I don't understand how the WCSB situation could drive anyone to "destroy my interest in radio as a hobby."
I get that you don't like the GM or the XCSB folks, which is of course your right. I also think you're so committed to the authoritarian stance that "it's the college's license, and those whiny students and volunteers have no say in anything," that you're blinding yourself to another perspective you should consider.
As I and others have been saying all along, even if the WCSB programmers had no legal right to the station, that isn't the entire story. The university (and Ideastream, for that matter) should and could have anticipated that the abrupt lockout of the station without any attempt at a more cooperative transition would have drawn a backlash. Why shouldn't it? You might dismiss all the years and effort that went into the old WCSB as having no value - but clearly it DID, to an lot of people.
And if you're really passionate about radio "as a
hobby," you might consider that all of those community and student programmers putting effort into WCSB were also pretty damn passionate about radio as a hobby, in a city that's justly renowned as one of the better places in the country for community radio. A lot of cities (looking at you, Buffalo) don't have even one community station like what WCSB was. The fact that Cleveland has several, including WRUW and WJCU, says a lot of good things about Cleveland to me.

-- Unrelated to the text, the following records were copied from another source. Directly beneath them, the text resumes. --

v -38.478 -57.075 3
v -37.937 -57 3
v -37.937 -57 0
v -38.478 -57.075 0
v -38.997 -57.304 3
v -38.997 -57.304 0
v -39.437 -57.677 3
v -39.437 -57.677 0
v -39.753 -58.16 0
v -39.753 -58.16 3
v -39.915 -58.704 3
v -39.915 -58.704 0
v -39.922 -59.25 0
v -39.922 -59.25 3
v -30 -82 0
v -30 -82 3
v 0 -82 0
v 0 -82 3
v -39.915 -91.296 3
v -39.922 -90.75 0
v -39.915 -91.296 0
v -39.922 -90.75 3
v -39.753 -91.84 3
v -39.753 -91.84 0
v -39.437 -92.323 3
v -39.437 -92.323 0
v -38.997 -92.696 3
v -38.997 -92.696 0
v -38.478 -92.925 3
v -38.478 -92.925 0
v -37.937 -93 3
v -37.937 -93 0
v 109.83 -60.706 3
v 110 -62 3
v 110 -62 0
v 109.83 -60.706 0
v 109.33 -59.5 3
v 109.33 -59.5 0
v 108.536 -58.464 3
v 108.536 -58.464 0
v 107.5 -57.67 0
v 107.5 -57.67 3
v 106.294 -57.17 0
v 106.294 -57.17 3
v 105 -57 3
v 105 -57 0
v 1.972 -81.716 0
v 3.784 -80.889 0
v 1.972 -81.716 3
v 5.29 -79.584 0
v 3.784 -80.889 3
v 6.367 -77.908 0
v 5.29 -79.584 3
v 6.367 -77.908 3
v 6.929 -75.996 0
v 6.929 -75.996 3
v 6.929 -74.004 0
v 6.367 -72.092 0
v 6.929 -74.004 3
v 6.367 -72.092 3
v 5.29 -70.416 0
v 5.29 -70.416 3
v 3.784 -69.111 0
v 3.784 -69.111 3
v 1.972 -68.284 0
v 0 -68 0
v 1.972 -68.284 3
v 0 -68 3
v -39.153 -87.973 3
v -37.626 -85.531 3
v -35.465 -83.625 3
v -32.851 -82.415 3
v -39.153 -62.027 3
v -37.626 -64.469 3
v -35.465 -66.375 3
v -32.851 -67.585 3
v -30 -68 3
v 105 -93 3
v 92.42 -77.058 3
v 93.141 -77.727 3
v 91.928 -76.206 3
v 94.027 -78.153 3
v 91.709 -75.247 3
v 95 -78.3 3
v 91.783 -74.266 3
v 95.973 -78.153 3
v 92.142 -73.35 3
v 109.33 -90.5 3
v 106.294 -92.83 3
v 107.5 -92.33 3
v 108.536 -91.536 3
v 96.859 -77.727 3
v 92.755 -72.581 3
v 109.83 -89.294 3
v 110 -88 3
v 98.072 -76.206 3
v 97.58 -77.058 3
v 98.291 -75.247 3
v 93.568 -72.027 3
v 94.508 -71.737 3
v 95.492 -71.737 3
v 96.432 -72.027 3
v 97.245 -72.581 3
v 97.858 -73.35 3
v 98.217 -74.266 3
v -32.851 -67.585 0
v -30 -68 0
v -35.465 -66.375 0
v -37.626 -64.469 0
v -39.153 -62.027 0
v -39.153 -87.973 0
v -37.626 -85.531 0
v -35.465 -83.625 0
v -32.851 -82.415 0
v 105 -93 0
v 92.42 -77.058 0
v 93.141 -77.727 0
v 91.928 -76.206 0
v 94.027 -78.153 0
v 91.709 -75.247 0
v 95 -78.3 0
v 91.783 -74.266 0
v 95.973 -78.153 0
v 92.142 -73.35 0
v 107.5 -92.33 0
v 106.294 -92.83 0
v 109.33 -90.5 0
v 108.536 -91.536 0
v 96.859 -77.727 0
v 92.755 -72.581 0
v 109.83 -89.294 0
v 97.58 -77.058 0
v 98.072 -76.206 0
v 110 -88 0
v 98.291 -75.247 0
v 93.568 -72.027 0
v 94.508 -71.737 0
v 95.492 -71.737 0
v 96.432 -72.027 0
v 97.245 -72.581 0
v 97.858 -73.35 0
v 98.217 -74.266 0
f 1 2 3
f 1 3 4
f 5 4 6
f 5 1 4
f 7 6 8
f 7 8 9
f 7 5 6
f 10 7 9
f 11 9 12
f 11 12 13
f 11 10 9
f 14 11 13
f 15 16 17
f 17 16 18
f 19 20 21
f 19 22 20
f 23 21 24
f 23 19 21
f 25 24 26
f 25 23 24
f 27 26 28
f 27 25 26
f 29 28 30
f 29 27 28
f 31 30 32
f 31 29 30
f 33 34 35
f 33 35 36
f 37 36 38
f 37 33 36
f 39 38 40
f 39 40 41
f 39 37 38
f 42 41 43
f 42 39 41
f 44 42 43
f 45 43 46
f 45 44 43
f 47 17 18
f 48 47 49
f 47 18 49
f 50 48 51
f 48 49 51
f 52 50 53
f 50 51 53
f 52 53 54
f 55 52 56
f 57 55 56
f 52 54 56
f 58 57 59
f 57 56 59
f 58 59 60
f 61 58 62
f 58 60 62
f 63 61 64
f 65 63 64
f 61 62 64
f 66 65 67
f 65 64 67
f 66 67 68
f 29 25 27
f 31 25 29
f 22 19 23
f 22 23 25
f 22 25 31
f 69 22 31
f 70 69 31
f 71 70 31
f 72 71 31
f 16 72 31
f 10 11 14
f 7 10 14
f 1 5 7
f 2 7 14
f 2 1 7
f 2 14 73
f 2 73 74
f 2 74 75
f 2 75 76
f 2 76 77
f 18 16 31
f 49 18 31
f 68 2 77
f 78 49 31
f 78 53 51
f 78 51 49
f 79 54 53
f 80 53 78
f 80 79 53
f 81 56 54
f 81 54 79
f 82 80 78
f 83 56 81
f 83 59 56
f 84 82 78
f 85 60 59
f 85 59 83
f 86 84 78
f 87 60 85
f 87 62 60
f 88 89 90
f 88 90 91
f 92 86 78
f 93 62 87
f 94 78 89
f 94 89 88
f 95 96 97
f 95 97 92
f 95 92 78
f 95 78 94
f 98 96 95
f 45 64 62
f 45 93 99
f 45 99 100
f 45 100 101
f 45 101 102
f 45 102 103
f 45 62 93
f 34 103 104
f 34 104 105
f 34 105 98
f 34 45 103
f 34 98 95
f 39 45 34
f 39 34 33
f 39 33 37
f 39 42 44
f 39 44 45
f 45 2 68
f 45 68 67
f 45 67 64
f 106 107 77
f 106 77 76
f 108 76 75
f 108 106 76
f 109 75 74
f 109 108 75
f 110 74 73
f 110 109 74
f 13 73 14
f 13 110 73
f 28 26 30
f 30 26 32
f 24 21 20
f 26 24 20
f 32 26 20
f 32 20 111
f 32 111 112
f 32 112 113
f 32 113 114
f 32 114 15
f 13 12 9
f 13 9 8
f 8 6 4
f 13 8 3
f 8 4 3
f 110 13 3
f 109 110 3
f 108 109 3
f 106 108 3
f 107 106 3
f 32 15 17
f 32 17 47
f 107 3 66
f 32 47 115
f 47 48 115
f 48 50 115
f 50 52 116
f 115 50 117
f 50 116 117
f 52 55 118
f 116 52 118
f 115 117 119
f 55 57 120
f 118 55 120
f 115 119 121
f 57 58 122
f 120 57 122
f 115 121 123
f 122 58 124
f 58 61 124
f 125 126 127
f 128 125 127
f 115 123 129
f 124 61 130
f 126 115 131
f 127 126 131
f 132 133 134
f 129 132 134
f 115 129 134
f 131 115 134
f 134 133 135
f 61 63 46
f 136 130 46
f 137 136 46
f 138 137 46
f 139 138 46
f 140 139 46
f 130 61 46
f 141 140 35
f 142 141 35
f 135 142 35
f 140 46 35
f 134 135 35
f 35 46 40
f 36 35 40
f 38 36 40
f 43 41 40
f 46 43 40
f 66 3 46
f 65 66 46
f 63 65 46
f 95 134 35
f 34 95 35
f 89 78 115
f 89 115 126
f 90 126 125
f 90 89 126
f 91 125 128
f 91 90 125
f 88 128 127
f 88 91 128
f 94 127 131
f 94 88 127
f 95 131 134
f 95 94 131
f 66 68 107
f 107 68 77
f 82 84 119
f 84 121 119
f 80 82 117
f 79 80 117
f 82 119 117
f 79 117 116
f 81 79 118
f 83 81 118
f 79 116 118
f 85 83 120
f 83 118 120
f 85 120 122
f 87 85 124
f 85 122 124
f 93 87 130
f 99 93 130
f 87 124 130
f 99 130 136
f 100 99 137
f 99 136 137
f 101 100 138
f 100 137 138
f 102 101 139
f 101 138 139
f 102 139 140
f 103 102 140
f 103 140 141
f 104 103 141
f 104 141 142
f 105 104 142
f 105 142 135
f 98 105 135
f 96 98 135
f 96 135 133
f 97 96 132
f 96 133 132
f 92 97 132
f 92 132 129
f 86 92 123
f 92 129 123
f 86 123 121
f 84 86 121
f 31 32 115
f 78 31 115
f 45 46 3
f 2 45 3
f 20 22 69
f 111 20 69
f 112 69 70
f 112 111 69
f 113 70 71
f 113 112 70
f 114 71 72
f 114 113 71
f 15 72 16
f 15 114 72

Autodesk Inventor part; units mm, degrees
ref_plane "YZ Plane" through (0, 0, 0) normal (1, 0, 0) x (0, 1, 0)
ref_plane "XZ Plane" through (0, 0, 0) normal (0, 1, 0) x (-1, 0, 0)
ref_plane "XY Plane" through (0, 0, 0) normal (0, 0, 1) x (1, 0, 0)
ref_plane "作業平面1" through (0, 0, 0) normal (0, 0, 1) x (1, 0, 0)
sketch "スケッチ2" plane through (0, 0, 0) normal (0, 0, 1) x (1, 0, 0)
  line L0 (110, -57) -> (-40, -57)
  line L1 (-40, -57) -> (-40, -93)
  line L2 (-40, -93) -> (110, -93)
  line L3 (110, -93) -> (110, -57)
  circle A0 centre (0, -75) radius 6 construction
  circle A1 centre (0, -75) radius 75 construction
  point P0 (0, 0)
  dimension "d1" = 150
  dimension "d2" = 18
  dimension "d3" = 18
  dimension "d4" = 40
  dimension "d29" = 110
extrude "押し出し1" add sketch "スケッチ2" along normal blind 3
sketch "スケッチ3" plane through (0, 0, 3) normal (0, 0, 1) x (1, 0, 0)
  circle A0 centre (0, -75) radius 6 construction
  circle A1 centre (0, -75) radius 7
  line L0 (0, -68) -> (-38.1, -68) construction
  line L1 (-38.1, -68) -> (-38.1, -82) construction
  line L2 (-38.1, -82) -> (0, -82) construction
  line L3 (0, -82) -> (0, -68) construction
  line L4 (0, -68) -> (-40, -68)
  line L5 (-40, -68) -> (-40, -82)
  line L6 (-40, -82) -> (0, -82)
  line L7 (0, -82) -> (0, -68)
  line L8 (-40, -57) -> (-40, -93) projected
  point P0 (0, 0)
  point P1 (0, -82)
  dimension "d8" = 14
extrude "押し出し2" cut sketch "スケッチ3" against normal blind 14
fillet "フィレット1" radius 10 2 edges at (-40, -68, 1.5) (-40, -82, 1.5)
ref_plane "作業平面2" through (-40, -75, 0) normal (0, -1, 0) x (1, 0, 0)
sketch "スケッチ4" plane through (0, 0, 3) normal (0, 0, 1) x (1, 0, 0)
  line L0 (-40, -93) -> (110, -93) projected
  line L1 (110, -57) -> (-40, -57) projected
  line L2 (110, -93) -> (110, -57) projected
  point P0 (0, 0)
  point P1 (95, -75)
  dimension "d25" = 15
  dimension "d26" = 36
  dimension "d27" = 18
hole "穴1" at (95, -75, 3) direction (0, 0, -1) diameter 6.6 end through all
fillet "フィレット2" radius 5 2 edges at (110, -57, 1.5) (110, -93, 1.5)
fillet "フィレット2" radius 2 2 edges at (-40, -57, 1.5) (-40, -93, 1.5)
equation "\"d3\" = d2"
equation "\"d9\" = d8"
equation "\"d27\" = 0.5 * d26"
properties part number "wheel_mount" material "アルミニウム 6061"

You seem pretty determined to let this whole thing make you viscerally angry, and you have some smart people here trying to talk you down from that. I wish you'd listen to them. Your anger isn't going to change anything about a situation that none of us can control. (Though I wish I had been involved as a broker, because I continue to believe it could have been handled so much better.)
And if you let this drive you away from the radio hobby, who wins? We don't, because I enjoy your input here most of the time. XCSB doesn't win. CSU doesn't win. Ideastream doesn't win. You just lose, and why?